Opposition parties, on the other hand, seem to do comparatively better. The oldest active East African political party that still has MPs elected to Parliament is Uganda’s Democratic Party (DP). Founded in 1954, it has endured more electoral thefts than one can count and other political humiliations all these years, but it is still there. DP’s survival suggests that torment in the opposition can be lifeblood.

In Kenya, the longest surviving active political party of its multiparty era is the Raila Odinga-led Orange Democratic Movement (ODM). Founded in 2005, it has, alone or in alliance, been a competitive parliamentary party with several MPs elected on its ticket since. But ODM has failed (or is being foiled) in its bid to win the presidency. Like Uganda’s DP, being outside power and the sense of injustice it often feeds on seems to nourish it.

On Kanu’s 63rd birthday, there is at least one reason to mourn its decline. These parties were fuelled by the grand goals of winning independence for Africans and then moulding modern nations from the disparate groups and loyalties they inherited from the colonialists.

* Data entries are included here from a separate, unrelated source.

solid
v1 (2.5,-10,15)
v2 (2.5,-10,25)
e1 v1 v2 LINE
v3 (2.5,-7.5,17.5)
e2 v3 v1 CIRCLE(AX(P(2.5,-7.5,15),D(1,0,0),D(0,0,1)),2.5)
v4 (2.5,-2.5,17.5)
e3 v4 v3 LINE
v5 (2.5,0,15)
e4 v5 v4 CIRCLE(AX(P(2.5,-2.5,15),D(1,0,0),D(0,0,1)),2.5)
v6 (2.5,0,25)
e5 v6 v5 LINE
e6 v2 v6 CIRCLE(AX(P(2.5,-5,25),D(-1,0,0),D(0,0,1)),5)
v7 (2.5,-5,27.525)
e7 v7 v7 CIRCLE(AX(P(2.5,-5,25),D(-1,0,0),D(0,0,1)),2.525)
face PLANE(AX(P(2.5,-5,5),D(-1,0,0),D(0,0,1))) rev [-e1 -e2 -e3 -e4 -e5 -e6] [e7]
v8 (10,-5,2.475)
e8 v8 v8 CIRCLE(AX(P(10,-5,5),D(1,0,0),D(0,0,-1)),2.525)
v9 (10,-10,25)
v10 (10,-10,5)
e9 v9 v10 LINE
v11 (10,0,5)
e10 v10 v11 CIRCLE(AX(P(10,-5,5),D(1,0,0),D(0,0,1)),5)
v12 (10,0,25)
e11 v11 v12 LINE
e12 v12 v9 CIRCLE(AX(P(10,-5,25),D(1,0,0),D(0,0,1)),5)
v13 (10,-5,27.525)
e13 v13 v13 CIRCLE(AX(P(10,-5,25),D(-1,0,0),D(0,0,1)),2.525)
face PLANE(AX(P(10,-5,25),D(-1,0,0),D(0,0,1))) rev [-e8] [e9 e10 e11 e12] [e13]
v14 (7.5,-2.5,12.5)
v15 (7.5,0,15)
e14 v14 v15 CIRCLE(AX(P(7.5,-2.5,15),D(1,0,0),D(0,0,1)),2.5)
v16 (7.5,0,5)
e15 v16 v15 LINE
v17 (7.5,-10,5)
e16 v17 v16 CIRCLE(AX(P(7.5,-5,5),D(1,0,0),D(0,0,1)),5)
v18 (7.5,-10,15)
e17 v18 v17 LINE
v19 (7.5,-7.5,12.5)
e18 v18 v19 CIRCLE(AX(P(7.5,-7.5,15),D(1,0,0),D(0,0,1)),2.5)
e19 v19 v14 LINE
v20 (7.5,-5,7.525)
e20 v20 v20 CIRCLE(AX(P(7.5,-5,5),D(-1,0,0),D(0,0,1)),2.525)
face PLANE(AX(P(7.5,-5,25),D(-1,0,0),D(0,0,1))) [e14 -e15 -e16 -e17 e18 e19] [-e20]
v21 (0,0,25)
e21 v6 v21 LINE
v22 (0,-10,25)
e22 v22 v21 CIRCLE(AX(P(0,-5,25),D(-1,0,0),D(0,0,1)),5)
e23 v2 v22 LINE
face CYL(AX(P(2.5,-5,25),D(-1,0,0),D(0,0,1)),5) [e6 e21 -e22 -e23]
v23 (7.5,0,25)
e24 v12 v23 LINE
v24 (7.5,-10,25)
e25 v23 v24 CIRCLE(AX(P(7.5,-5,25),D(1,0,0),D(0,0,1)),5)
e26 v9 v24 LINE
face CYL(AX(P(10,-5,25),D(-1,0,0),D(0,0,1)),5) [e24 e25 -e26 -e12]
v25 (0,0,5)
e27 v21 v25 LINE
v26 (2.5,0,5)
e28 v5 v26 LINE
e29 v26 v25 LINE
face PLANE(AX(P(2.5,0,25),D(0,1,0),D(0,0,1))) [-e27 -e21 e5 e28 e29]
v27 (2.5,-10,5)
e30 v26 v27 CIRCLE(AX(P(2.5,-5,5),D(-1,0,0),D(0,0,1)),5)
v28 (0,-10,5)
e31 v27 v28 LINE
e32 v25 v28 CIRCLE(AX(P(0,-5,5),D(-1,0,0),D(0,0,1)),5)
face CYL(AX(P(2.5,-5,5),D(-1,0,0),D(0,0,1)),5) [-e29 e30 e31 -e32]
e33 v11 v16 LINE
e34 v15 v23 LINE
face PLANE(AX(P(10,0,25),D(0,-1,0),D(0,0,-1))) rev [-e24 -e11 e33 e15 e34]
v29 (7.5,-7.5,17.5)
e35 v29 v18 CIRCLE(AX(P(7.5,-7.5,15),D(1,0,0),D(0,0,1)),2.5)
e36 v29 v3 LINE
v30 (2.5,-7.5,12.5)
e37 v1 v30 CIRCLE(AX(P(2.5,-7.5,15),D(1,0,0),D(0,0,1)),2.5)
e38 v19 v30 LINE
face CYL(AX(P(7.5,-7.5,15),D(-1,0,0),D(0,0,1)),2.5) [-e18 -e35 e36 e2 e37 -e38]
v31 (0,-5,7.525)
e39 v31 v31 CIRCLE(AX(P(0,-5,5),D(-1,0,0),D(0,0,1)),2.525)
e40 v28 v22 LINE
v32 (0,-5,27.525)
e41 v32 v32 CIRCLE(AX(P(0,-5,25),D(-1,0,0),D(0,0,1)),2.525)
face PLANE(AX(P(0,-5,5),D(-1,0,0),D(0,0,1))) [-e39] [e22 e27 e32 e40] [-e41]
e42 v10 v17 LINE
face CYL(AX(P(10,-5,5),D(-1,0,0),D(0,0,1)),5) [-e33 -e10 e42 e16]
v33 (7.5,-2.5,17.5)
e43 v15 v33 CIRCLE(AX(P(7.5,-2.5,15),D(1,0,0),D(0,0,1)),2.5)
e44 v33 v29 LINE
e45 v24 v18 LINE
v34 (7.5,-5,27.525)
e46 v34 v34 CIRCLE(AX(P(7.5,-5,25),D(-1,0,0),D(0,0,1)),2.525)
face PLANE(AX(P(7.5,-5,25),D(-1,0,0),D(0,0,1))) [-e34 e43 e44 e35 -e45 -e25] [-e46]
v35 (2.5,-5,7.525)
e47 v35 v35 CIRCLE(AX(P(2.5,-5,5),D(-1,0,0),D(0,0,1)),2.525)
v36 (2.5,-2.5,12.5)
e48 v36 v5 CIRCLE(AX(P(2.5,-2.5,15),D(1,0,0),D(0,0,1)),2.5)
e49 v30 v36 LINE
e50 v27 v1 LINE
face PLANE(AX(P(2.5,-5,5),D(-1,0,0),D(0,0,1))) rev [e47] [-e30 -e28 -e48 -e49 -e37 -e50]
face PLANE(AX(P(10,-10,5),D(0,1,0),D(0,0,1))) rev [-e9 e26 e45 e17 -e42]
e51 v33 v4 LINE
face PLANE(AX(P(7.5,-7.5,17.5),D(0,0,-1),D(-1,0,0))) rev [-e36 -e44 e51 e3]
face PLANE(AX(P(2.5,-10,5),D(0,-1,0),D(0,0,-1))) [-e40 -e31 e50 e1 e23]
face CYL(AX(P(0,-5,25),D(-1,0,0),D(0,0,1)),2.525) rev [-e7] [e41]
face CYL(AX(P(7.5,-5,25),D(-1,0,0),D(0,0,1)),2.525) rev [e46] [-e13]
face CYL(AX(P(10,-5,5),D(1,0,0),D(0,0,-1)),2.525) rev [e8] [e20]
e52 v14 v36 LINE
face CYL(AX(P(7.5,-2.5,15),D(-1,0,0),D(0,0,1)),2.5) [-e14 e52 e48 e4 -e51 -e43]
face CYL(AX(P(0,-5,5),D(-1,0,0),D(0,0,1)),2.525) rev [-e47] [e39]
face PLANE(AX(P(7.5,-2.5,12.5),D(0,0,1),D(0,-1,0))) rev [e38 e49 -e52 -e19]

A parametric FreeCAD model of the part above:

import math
import FreeCAD as App
import Part
import Sketcher
from FreeCAD import Vector
Q = App.Units.Quantity

doc = App.newDocument("Part")
body = doc.addObject("PartDesign::Body", "Body")

# Sketch on YZ plane
sketch1 = doc.addObject("Sketcher::SketchObject", "Sketch")
body.addObject(sketch1)
sketch1.AttachmentSupport = (doc.YZ_Plane, [""])
sketch1.MapMode = "FlatFace"
sketch1.addGeometry([
    Part.LineSegment(Vector(-10, 5, 0), Vector(-10, 25, 0)),
    Part.ArcOfCircle(Part.Circle(Vector(-5, 25, 0), Vector(0, 0, 1), 5), math.radians(0), math.radians(180)),
    Part.LineSegment(Vector(0, 25, 0), Vector(0, 5, 0)),
    Part.ArcOfCircle(Part.Circle(Vector(-5, 5, 0), Vector(0, 0, 1), 5), math.radians(180), math.radians(360)),
], False)
sketch1.addConstraint([
    Sketcher.Constraint("Tangent", 0, 2, 1, 2),
    Sketcher.Constraint("Tangent", 1, 1, 2, 1),
    Sketcher.Constraint("Tangent", 2, 2, 3, 2),
    Sketcher.Constraint("Tangent", 3, 1, 0, 1),
    Sketcher.Constraint("Vertical", 0),
    Sketcher.Constraint("Vertical", 2),
    Sketcher.Constraint("PointOnObject", 1, 1, -2),
    Sketcher.Constraint("Radius", 1, Q("5 mm")),
    Sketcher.Constraint("DistanceY", 0, 1, 0, 2, Q("20 mm")),
    Sketcher.Constraint("DistanceY", -1, 1, 1, 3, Q("25 mm")),
])
pad1 = doc.addObject("PartDesign::Pad", "Pad")
body.addObject(pad1)
pad1.Profile = sketch1
pad1.Length = 2.5

# Sketch on YZ plane
sketch2 = doc.addObject("Sketcher::SketchObject", "Sketch001")
body.addObject(sketch2)
sketch2.AttachmentSupport = (doc.YZ_Plane, [""])
sketch2.MapMode = "FlatFace"
sketch2.AttachmentOffset = App.Placement(Vector(0, 0, 2.5), App.Rotation())
sketch2.addGeometry([
    Part.LineSegment(Vector(-2.5, 17.5, 0), Vector(-7.5, 17.5, 0)),
    Part.ArcOfCircle(Part.Circle(Vector(-7.5, 15, 0), Vector(0, 0, 1), 2.5), math.radians(90), math.radians(270)),
    Part.LineSegment(Vector(-7.5, 12.5, 0), Vector(-2.5, 12.5, 0)),
    Part.ArcOfCircle(Part.Circle(Vector(-2.5, 15, 0), Vector(0, 0, 1), 2.5), math.radians(-90), math.radians(90)),
], False)
sketch2.addConstraint([
    Sketcher.Constraint("Tangent", 0, 2, 1, 1),
    Sketcher.Constraint("Tangent", 1, 2, 2, 1),
    Sketcher.Constraint("Tangent", 2, 2, 3, 1),
    Sketcher.Constraint("Tangent", 3, 2, 0, 1),
    Sketcher.Constraint("Horizontal", 0),
    Sketcher.Constraint("Horizontal", 2),
    Sketcher.Constraint("Radius", 1, Q("2.5 mm")),
    Sketcher.Constraint("DistanceX", 0, 2, 0, 1, Q("5 mm")),
    Sketcher.Constraint("DistanceY", -1, 1, 1, 3, Q("15 mm")),
    Sketcher.Constraint("DistanceX", 1, 3, -1, 1, Q("7.5 mm")),
])
pad2 = doc.addObject("PartDesign::Pad", "Pad001")
body.addObject(pad2)
pad2.Profile = sketch2
pad2.Length = 5

# Sketch on YZ plane
sketch3 = doc.addObject("Sketcher::SketchObject", "Sketch002")
body.addObject(sketch3)
sketch3.AttachmentSupport = (doc.YZ_Plane, [""])
sketch3.MapMode = "FlatFace"
sketch3.AttachmentOffset = App.Placement(Vector(0, 0, 7.5), App.Rotation())
sketch3.addGeometry([
    Part.LineSegment(Vector(0, 5, 0), Vector(0, 25, 0)),
    Part.ArcOfCircle(Part.Circle(Vector(-5, 25, 0), Vector(0, 0, 1), 5), math.radians(0), math.radians(180)),
    Part.LineSegment(Vector(-10, 25, 0), Vector(-10, 5, 0)),
    Part.ArcOfCircle(Part.Circle(Vector(-5, 5, 0), Vector(0, 0, 1), 5), math.radians(180), math.radians(360)),
], False)
sketch3.addConstraint([
    Sketcher.Constraint("Tangent", 0, 2, 1, 1),
    Sketcher.Constraint("Tangent", 1, 2, 2, 1),
    Sketcher.Constraint("Tangent", 2, 2, 3, 1),
    Sketcher.Constraint("Tangent", 3, 2, 0, 1),
    Sketcher.Constraint("Vertical", 0),
    Sketcher.Constraint("Vertical", 2),
    Sketcher.Constraint("PointOnObject", 0, 2, -2),
    Sketcher.Constraint("Radius", 1, Q("5 mm")),
    Sketcher.Constraint("DistanceY", 0, 1, 0, 2, Q("20 mm")),
    Sketcher.Constraint("DistanceY", -1, 1, 1, 3, Q("25 mm")),
])
pad3 = doc.addObject("PartDesign::Pad", "Pad002")
body.addObject(pad3)
pad3.Profile = sketch3
pad3.Length = 2.5

# Sketch on YZ plane
sketch4 = doc.addObject("Sketcher::SketchObject", "Sketch003")
body.addObject(sketch4)
sketch4.AttachmentSupport = (doc.YZ_Plane, [""])
sketch4.MapMode = "FlatFace"
sketch4.AttachmentOffset = App.Placement(Vector(0, 0, 10), App.Rotation())
sketch4.addGeometry(Part.Circle(Vector(-5, 5, 0), Vector(0, 0, 1), 2.525), False)
sketch4.addConstraint([
    Sketcher.Constraint("Diameter", 0, Q("5.05 mm")),
    Sketcher.Constraint("DistanceX", 0, 3, -1, 1, Q("5 mm")),
    Sketcher.Constraint("DistanceY", -1, 1, 0, 3, Q("5 mm")),
])
doc.recompute()
hole = doc.addObject("PartDesign::Hole", "Hole")
body.addObject(hole)
hole.Profile = sketch4
hole.ThreadType = "None"
hole.Diameter = 5.05
hole.DepthType = "Dimension"
hole.Depth = 2.5
hole.DrillPoint = "Flat"

# Sketch on YZ plane
sketch5 = doc.addObject("Sketcher::SketchObject", "Sketch004")
body.addObject(sketch5)
sketch5.AttachmentSupport = (doc.YZ_Plane, [""])
sketch5.MapMode = "FlatFace"
sketch5.AttachmentOffset = App.Placement(Vector(0, 0, 7.5), App.Rotation())
sketch5.addGeometry(Part.Circle(Vector(-5, 25, 0), Vector(0, 0, 1), 2.525), False)
sketch5.addConstraint([
    Sketcher.Constraint("Diameter", 0, Q("5.05 mm")),
    Sketcher.Constraint("DistanceX", 0, 3, -1, 1, Q("5 mm")),
    Sketcher.Constraint("DistanceY", -1, 1, 0, 3, Q("25 mm")),
])
doc.recompute()
hole2 = doc.addObject("PartDesign::Hole", "Hole001")
body.addObject(hole2)
hole2.Profile = sketch5
hole2.ThreadType = "None"
hole2.Diameter = 5.05
hole2.DepthType = "Dimension"
hole2.Depth = 2.5
hole2.DrillPoint = "Flat"
hole2.Reversed = True

# Sketch on YZ plane
sketch6 = doc.addObject("Sketcher::SketchObject", "Sketch005")
body.addObject(sketch6)
sketch6.AttachmentSupport = (doc.YZ_Plane, [""])
sketch6.MapMode = "FlatFace"
sketch6.addGeometry([
    Part.Circle(Vector(-5, 25, 0), Vector(0, 0, 1), 2.525),
    Part.Circle(Vector(-5, 5, 0), Vector(0, 0, 1), 2.525),
], False)
sketch6.addConstraint([
    Sketcher.Constraint("Equal", 0, 1),
    Sketcher.Constraint("Vertical", 0, 3, 1, 3),
    Sketcher.Constraint("Diameter", 0, Q("5.05 mm")),
    Sketcher.Constraint("DistanceX", 0, 3, -1, 1, Q("5 mm")),
    Sketcher.Constraint("DistanceY", -1, 1, 0, 3, Q("25 mm")),
    Sketcher.Constraint("DistanceY", -1, 1, 1, 3, Q("5 mm")),
])
doc.recompute()
hole3 = doc.addObject("PartDesign::Hole", "Hole002")
body.addObject(hole3)
hole3.Profile = sketch6
hole3.ThreadType = "None"
hole3.Diameter = 5.05
hole3.DepthType = "Dimension"
hole3.Depth = 10
hole3.DrillPoint = "Flat"
hole3.Reversed = True

doc.recompute()
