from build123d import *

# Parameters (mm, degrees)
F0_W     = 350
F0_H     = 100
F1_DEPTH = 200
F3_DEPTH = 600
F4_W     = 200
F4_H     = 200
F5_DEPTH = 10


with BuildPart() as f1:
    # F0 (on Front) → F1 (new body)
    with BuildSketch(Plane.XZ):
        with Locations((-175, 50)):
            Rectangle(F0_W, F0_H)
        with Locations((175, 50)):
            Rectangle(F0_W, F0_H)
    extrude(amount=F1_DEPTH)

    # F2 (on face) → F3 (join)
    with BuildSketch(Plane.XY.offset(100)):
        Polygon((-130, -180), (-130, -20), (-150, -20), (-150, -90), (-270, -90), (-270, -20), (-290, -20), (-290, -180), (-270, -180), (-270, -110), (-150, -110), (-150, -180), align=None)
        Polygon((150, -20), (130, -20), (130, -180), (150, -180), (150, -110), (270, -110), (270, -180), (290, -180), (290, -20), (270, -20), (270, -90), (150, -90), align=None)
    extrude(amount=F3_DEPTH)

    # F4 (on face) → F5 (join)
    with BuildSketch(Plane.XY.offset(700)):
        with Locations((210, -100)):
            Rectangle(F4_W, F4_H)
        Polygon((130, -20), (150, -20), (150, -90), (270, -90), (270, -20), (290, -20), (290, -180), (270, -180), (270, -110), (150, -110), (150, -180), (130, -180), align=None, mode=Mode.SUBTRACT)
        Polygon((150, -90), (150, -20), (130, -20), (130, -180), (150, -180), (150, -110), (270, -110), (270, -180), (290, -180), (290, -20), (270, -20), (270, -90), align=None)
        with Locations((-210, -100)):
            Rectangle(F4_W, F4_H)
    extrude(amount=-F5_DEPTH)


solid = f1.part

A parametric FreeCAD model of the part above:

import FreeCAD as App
import Part
import Sketcher
from FreeCAD import Vector
Q = App.Units.Quantity


def add_polygon(sketch, points):
    """Adds a closed chain of lines whose ends are joined by coincident constraints."""
    first, n = sketch.GeometryCount, len(points)
    for a, b in zip(points, points[1:] + points[:1]):
        sketch.addGeometry(Part.LineSegment(App.Vector(*a, 0), App.Vector(*b, 0)), False)
    for i in range(n):
        sketch.addConstraint(Sketcher.Constraint("Coincident", first + i, 2, first + (i + 1) % n, 1))

doc = App.newDocument("Part")
params = doc.addObject("Spreadsheet::Sheet", "Params")
for row, (alias, value) in enumerate([
    ("sketch1_width", "700 mm"),
    ("sketch1_height", "100 mm"),
    ("pad1_length", "200 mm"),
    ("sketch2_width", "20 mm"),
    ("sketch2_width2", "120 mm"),
    ("sketch2_height", "160 mm"),
    ("sketch2_height2", "70 mm"),
    ("pad2_length", "600 mm"),
    ("sketch3_width", "200 mm"),
    ("pad3_length", "10 mm"),
], start=1):
    params.set(f"A{row}", alias)
    params.set(f"B{row}", "=" + value)
    params.setAlias(f"B{row}", alias)

body = doc.addObject("PartDesign::Body", "Body")

# Sketch on XZ plane
sketch1 = body.newObject("Sketcher::SketchObject", "Sketch")
sketch1.AttachmentSupport = (doc.getObject("XZ_Plane"), [""])
sketch1.MapMode = "FlatFace"
add_polygon(sketch1, [(-350, 100), (-350, 0), (350, 0), (350, 100)])  # lines 0-3
sketch1.addConstraint([
    Sketcher.Constraint("Vertical", 0),
    Sketcher.Constraint("Horizontal", 1),
    Sketcher.Constraint("Vertical", 2),
    Sketcher.Constraint("Horizontal", 3),
    Sketcher.Constraint("Symmetric", 0, 2, 1, 2, -1, 1),
    Sketcher.Constraint("DistanceX", 1, 1, 1, 2, Q("700 mm")),
    Sketcher.Constraint("DistanceY", 0, 2, 0, 1, Q("100 mm")),
])
sketch1.setExpression("Constraints[9]", "Params.sketch1_width")
sketch1.setExpression("Constraints[10]", "Params.sketch1_height")
pad1 = body.newObject("PartDesign::Pad", "Pad")
pad1.Profile = sketch1
pad1.setExpression("Length", "Params.pad1_length")

# Sketch on XY plane
sketch2 = body.newObject("Sketcher::SketchObject", "Sketch001")
sketch2.AttachmentSupport = (doc.getObject("XY_Plane"), [""])
sketch2.MapMode = "FlatFace"
sketch2.AttachmentOffset = App.Placement(Vector(0, 0, 100), App.Rotation())
add_polygon(sketch2, [(-130, -180), (-130, -20), (-150, -20), (-150, -90), (-270, -90), (-270, -20), (-290, -20), (-290, -180), (-270, -180), (-270, -110), (-150, -110), (-150, -180)])  # lines 0-11
add_polygon(sketch2, [(150, -20), (130, -20), (130, -180), (150, -180), (150, -110), (270, -110), (270, -180), (290, -180), (290, -20), (270, -20), (270, -90), (150, -90)])  # lines 12-23
sketch2.addConstraint([
    Sketcher.Constraint("Vertical", 0),
    Sketcher.Constraint("Horizontal", 1),
    Sketcher.Constraint("Vertical", 2),
    Sketcher.Constraint("Horizontal", 3),
    Sketcher.Constraint("Vertical", 4),
    Sketcher.Constraint("Horizontal", 5),
    Sketcher.Constraint("Vertical", 6),
    Sketcher.Constraint("Horizontal", 7),
    Sketcher.Constraint("Vertical", 8),
    Sketcher.Constraint("Horizontal", 9),
    Sketcher.Constraint("Vertical", 10),
    Sketcher.Constraint("Horizontal", 11),
    Sketcher.Constraint("Horizontal", 12),
    Sketcher.Constraint("Vertical", 13),
    Sketcher.Constraint("Horizontal", 14),
    Sketcher.Constraint("Vertical", 15),
    Sketcher.Constraint("Horizontal", 16),
    Sketcher.Constraint("Vertical", 17),
    Sketcher.Constraint("Horizontal", 18),
    Sketcher.Constraint("Vertical", 19),
    Sketcher.Constraint("Horizontal", 20),
    Sketcher.Constraint("Vertical", 21),
    Sketcher.Constraint("Horizontal", 22),
    Sketcher.Constraint("Vertical", 23),
    Sketcher.Constraint("Symmetric", 0, 2, 12, 2, -2),
    Sketcher.Constraint("Symmetric", 10, 2, 14, 2, -2),
    Sketcher.Constraint("Symmetric", 8, 2, 16, 2, -2),
    Sketcher.Constraint("Symmetric", 6, 2, 18, 2, -2),
    Sketcher.Constraint("Symmetric", 4, 2, 20, 2, -2),
    Sketcher.Constraint("Symmetric", 2, 2, 22, 2, -2),
    Sketcher.Constraint("Horizontal", 1, 2, 4, 2),
    Sketcher.Constraint("Horizontal", 7, 2, 10, 2),
    Sketcher.Constraint("Vertical", 4, 2, 7, 2),
    Sketcher.Constraint("Vertical", 2, 2, 9, 2),
    Sketcher.Constraint("Equal", 1, 5),
    Sketcher.Constraint("Equal", 4, 8),
    Sketcher.Constraint("DistanceX", 1, 2, 1, 1, Q("20 mm")),
    Sketcher.Constraint("DistanceX", 3, 2, 3, 1, Q("120 mm")),
    Sketcher.Constraint("DistanceY", 0, 1, 0, 2, Q("160 mm")),
    Sketcher.Constraint("DistanceY", 2, 2, 2, 1, Q("70 mm")),
    Sketcher.Constraint("DistanceX", 0, 2, -1, 1, Q("130 mm")),
    Sketcher.Constraint("DistanceY", 0, 2, -1, 1, Q("20 mm")),
])
sketch2.setExpression("Constraints[60]", "Params.sketch2_width")
sketch2.setExpression("Constraints[61]", "Params.sketch2_width2")
sketch2.setExpression("Constraints[62]", "Params.sketch2_height")
sketch2.setExpression("Constraints[63]", "Params.sketch2_height2")
pad2 = body.newObject("PartDesign::Pad", "Pad001")
pad2.Profile = sketch2
pad2.setExpression("Length", "Params.pad2_length")

# Sketch on XY plane
sketch3 = body.newObject("Sketcher::SketchObject", "Sketch002")
sketch3.AttachmentSupport = (doc.getObject("XY_Plane"), [""])
sketch3.MapMode = "FlatFace"
sketch3.AttachmentOffset = App.Placement(Vector(0, 0, 700), App.Rotation())
add_polygon(sketch3, [(110, 0), (110, -200), (310, -200), (310, 0)])  # lines 0-3
add_polygon(sketch3, [(-310, 0), (-310, -200), (-110, -200), (-110, 0)])  # lines 4-7
sketch3.addConstraint([
    Sketcher.Constraint("Vertical", 0),
    Sketcher.Constraint("Horizontal", 1),
    Sketcher.Constraint("Vertical", 2),
    Sketcher.Constraint("Horizontal", 3),
    Sketcher.Constraint("Vertical", 4),
    Sketcher.Constraint("Horizontal", 5),
    Sketcher.Constraint("Vertical", 6),
    Sketcher.Constraint("Horizontal", 7),
    Sketcher.Constraint("Symmetric", 3, 2, 6, 2, -1, 1),
    Sketcher.Constraint("Symmetric", 1, 2, 4, 2, -2),
    Sketcher.Constraint("PointOnObject", 2, 2, -1),
    Sketcher.Constraint("Equal", 7, 0),
    Sketcher.Constraint("DistanceX", 1, 1, 1, 2, Q("200 mm")),
    Sketcher.Constraint("DistanceX", -1, 1, 0, 2, Q("110 mm")),
])
sketch3.setExpression("Constraints[20]", "Params.sketch3_width")
pad3 = body.newObject("PartDesign::Pad", "Pad002")
pad3.Profile = sketch3
pad3.setExpression("Length", "Params.pad3_length")
pad3.Reversed = True

doc.recompute()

Those were big objectives. Decades after independence, nationhood has been somewhat consolidated in places with varying degrees of success. Overall, though, that project became troubled and ceased to be a compelling idea around which to build a successful electoral platform for the second and third generation of independent citizens. It became an even more giant hill to climb, where the independence parties had a disastrous record, most discredited by one-party dictatorship, ethnic rule, and colossal economic mismanagement. Many of them also ceased to be national movements and turned into cults of the leader, which cut them off from the grassroots.

However, reimagined as bright, successful nations for the modern age, part of that independence ideal is still desperately needed. Too many electorally successful parties today are parochial. The state-building project is troubled in too many countries. A new generation of rapacious political elite, cartels, and even outright criminal networks, have seized states, draining the riches of the land for a tiny group. Some of those grand ideals of independence, of nations where all citizens got their fair share, and systems worked to give Africans pride, are again much needed. The independence parties know how to paint these big pictures, and even the bad ones still have some historical credibility to do so.

We once believed that the Kanus of this continent would lead us to political paradise. They didn’t, but there’s still a little joy in remembering that once we dared to dream.